At last week’s FOMC meeting, Janet came out and – once again, moved the goalposts for FFR hikes. Markets reacted with a snap re-pricing of the dollar and dollar-denominated assets, with the notable exception of US equities. Since then, these moves have reversed and my “reflexivity trade” has played out very nicely as Fed speak has shifted markedly more hawkish than the Fed’s statement and/or presser initially implied.
Today, Yellen will take to the wires and I expect her to – in typical fashion, walk-back from her dovish comments from only a week earlier. We forget how short the market’s memory/attention span is! If Yellen’s sentiment is in line with recent Fed Speak the market should react in favor of my “reflexivity trade” (dollar strength and gold weakness). If however, she sticks to a more dour tone on inflation expectations, the dollar should take it on the chin, in the immediate term. In an effort to hedge against a “Dour Janet,” I’m interested in going long utilities.
The thesis is simple: “Dour Janet” = weak inflation expectation = fewer FFR hikes = weak dollar = lower rates = gold, utilities, treasuries rally
Against a landscape of weak corporate profits and broader uncertainty about the strength of the US economy, I think long utilities fits the “macroscape,” independent of the Chairman’s speech.

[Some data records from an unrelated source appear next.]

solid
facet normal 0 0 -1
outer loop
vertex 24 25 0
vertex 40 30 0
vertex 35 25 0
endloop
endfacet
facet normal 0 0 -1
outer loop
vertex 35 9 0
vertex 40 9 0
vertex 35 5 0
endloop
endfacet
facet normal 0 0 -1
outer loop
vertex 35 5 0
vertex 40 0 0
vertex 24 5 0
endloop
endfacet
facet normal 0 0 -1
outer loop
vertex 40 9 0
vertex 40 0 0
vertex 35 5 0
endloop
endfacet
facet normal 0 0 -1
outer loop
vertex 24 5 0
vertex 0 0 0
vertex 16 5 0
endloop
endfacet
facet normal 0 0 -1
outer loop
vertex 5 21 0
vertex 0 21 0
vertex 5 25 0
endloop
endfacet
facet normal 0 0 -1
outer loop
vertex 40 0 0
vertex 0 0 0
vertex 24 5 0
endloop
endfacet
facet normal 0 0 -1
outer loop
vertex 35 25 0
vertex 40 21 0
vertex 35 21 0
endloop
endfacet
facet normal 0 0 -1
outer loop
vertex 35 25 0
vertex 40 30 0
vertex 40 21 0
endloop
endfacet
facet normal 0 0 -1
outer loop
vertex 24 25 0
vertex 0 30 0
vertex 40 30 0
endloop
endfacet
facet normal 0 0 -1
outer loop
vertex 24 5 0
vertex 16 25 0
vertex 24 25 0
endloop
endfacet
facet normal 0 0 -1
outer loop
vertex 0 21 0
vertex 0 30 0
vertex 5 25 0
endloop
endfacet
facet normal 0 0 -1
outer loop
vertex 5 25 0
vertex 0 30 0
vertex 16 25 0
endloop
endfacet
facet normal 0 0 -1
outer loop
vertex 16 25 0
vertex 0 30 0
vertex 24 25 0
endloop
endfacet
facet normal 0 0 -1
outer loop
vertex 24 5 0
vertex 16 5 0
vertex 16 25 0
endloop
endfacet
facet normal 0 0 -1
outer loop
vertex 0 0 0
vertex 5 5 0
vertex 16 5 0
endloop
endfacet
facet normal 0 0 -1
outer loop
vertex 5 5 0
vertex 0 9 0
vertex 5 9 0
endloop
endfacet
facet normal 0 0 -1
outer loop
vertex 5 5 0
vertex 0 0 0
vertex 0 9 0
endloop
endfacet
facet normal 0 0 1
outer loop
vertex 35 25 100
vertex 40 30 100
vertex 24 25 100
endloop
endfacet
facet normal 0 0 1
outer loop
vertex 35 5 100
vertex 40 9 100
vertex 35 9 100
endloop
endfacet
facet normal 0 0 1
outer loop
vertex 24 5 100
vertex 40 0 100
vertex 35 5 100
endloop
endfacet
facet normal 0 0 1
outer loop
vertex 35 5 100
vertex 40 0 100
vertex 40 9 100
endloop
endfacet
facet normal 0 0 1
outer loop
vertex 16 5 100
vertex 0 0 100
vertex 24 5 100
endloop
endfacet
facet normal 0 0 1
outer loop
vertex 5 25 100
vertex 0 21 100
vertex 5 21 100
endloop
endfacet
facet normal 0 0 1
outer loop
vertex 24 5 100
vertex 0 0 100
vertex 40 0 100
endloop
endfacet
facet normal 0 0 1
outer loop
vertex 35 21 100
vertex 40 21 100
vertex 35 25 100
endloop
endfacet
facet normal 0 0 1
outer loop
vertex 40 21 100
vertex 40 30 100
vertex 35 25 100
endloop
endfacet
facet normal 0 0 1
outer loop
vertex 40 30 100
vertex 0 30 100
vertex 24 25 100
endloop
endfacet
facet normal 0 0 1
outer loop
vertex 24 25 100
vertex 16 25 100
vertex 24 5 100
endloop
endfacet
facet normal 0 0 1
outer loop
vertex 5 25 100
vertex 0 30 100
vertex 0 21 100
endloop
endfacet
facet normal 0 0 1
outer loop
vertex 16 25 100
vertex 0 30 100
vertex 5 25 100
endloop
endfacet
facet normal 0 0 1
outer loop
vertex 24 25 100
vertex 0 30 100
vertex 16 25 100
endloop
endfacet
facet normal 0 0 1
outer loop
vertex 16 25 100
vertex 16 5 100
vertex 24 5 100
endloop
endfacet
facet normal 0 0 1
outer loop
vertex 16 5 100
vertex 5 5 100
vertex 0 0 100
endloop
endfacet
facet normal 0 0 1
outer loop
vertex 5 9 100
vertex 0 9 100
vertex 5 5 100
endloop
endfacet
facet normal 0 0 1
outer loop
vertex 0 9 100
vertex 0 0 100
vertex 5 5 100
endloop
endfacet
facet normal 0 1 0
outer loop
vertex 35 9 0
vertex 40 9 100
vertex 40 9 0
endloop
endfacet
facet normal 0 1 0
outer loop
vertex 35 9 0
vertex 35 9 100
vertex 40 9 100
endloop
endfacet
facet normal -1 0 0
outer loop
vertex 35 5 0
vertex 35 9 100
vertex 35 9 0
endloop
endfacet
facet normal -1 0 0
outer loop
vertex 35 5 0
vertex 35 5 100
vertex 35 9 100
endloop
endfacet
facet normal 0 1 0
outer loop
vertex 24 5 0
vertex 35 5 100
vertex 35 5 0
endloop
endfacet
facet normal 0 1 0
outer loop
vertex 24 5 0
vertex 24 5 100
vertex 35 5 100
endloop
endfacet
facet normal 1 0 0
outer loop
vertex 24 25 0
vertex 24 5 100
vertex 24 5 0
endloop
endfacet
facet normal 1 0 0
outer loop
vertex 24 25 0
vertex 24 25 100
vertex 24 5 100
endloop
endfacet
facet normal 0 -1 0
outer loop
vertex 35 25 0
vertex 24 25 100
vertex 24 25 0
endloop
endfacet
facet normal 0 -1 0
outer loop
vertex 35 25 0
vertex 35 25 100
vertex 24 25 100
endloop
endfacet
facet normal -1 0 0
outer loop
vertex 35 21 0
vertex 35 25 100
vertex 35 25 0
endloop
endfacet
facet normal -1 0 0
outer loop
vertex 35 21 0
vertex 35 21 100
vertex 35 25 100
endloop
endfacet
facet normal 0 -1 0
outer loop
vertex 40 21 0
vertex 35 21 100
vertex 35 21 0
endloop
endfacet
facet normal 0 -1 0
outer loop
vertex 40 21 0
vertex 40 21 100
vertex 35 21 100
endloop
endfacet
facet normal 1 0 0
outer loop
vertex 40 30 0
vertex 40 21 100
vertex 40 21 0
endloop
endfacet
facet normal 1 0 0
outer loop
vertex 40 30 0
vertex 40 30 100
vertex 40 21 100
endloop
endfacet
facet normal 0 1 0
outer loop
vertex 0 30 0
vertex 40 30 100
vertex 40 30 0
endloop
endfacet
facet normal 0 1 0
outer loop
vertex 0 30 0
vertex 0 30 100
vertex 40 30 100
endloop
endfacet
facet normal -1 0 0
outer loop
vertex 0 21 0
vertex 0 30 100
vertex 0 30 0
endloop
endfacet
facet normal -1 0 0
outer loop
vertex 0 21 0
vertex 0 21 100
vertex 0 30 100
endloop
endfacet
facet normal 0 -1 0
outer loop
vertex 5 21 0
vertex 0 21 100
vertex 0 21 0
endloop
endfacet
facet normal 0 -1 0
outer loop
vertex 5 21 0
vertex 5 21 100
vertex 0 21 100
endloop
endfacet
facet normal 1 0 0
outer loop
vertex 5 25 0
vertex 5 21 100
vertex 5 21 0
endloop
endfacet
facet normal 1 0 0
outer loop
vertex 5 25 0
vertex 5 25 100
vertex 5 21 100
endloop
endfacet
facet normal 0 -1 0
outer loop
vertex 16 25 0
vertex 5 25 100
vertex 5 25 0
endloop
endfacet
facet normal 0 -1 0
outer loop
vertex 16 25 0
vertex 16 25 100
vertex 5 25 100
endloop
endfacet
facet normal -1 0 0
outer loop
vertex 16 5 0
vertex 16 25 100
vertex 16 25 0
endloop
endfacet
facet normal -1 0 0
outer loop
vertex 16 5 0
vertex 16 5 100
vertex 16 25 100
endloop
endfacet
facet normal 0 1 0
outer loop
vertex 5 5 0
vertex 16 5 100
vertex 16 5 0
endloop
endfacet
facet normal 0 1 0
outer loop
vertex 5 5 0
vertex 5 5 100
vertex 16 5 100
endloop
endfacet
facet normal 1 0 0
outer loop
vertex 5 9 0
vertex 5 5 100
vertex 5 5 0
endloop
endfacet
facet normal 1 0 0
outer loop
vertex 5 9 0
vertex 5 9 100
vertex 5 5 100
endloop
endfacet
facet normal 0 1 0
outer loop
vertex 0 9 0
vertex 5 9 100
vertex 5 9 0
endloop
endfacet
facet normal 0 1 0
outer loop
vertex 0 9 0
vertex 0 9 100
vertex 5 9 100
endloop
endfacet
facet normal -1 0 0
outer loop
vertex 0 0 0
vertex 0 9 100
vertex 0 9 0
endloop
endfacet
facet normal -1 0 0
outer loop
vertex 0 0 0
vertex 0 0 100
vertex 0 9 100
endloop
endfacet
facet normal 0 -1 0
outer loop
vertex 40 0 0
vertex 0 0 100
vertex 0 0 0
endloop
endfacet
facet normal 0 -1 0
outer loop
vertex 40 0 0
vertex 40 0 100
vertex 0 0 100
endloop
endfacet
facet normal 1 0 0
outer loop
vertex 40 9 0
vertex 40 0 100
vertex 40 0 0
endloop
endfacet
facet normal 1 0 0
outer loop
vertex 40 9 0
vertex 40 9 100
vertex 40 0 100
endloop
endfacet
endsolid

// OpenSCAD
$fn = 32;

// ----------------------------------------------------------------------
// T-slot rail: 40 x 30 mm section, 100 mm long
// ----------------------------------------------------------------------

// --- parameters (mm) ---
profile_height = 100;     // extrusion height
profile_points = 20;      // points of the closed outline

profile = [[0, 0], [40, 0], [40, 9], [35, 9], [35, 5], [24, 5], [24, 25], [35, 25], [35, 21], [40, 21], [40, 30], [0, 30], [0, 21], [5, 21], [5, 25], [16, 25], [16, 5], [5, 5], [5, 9], [0, 9]];  // single closed polygon, 20 points, counter clockwise

// --- the one profile operation ---
linear_extrude(height = profile_height) polygon(points = profile);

To start my analysis I looked at the XLU ETF, itself and the fund’s largest holdings, which include: DUK, NEE, SO, D, AEP and EIX. For these equities, correlations and betas with respect to gold’s front month contract, over a three year horizon were surprising very weak, (largest 0.08 correlation and 0.07 beta).
Since this trade is really a one/two day hedge predicated on recent market moves, I also looked at correlations and betas since the Fed’s last meeting on March 16th. These results are much more robust.
Given that these stocks are among the market’s most “boring,” least volatile, and commoditized businesses, I would have expected them all to have nearly identical 52-week implied volatility percentiles. While this is partly true, markets appear to be pricing EIX much “cheaper” and NEE much more “expensive” than the others.
I ran a simple options pricing analysis using both the long-term (3yr) and recent (since March’s FOMC) correlation and beta data to analyze potential trades for the hedge. Unfortunately, all beta implied moves fell within the current 1-sigma (68%) options implied-probability distribution for APR expiry, so no blatant mispricings were immediately apparent.
My options pricing analysis, using short-term (since March’s FOMC) beta implied targets suggests NEE and D APR calls are the preferred method to hedge a “Dour Janet,” with roughly 150% profit potential.
Using the long-term (3yr) beta implied targets in my options pricing analysis produced different results. The largest difference between the two duration adjustments related to SO’s dominance as a strategy alternative. In the long-term model, SO was the dominant strategy versus all alternatives, whereas in the short-term model SO was dominated by all other strategy alternatives. This is clearly, in-part attributable to SO’s strong price appreciation in 2016 versus its relatively flat price action during 2014 and 2015.
Both models predict DUK as a relatively profitable hedge. However, I believe recent data is particularly more relevant in assessing the strength of correlated asset-class moves during such a short duration hedge as this. In summary, I’ll be opening D 75 APR calls ahead of 12:20pm as a hedge against a “Dour Janet”!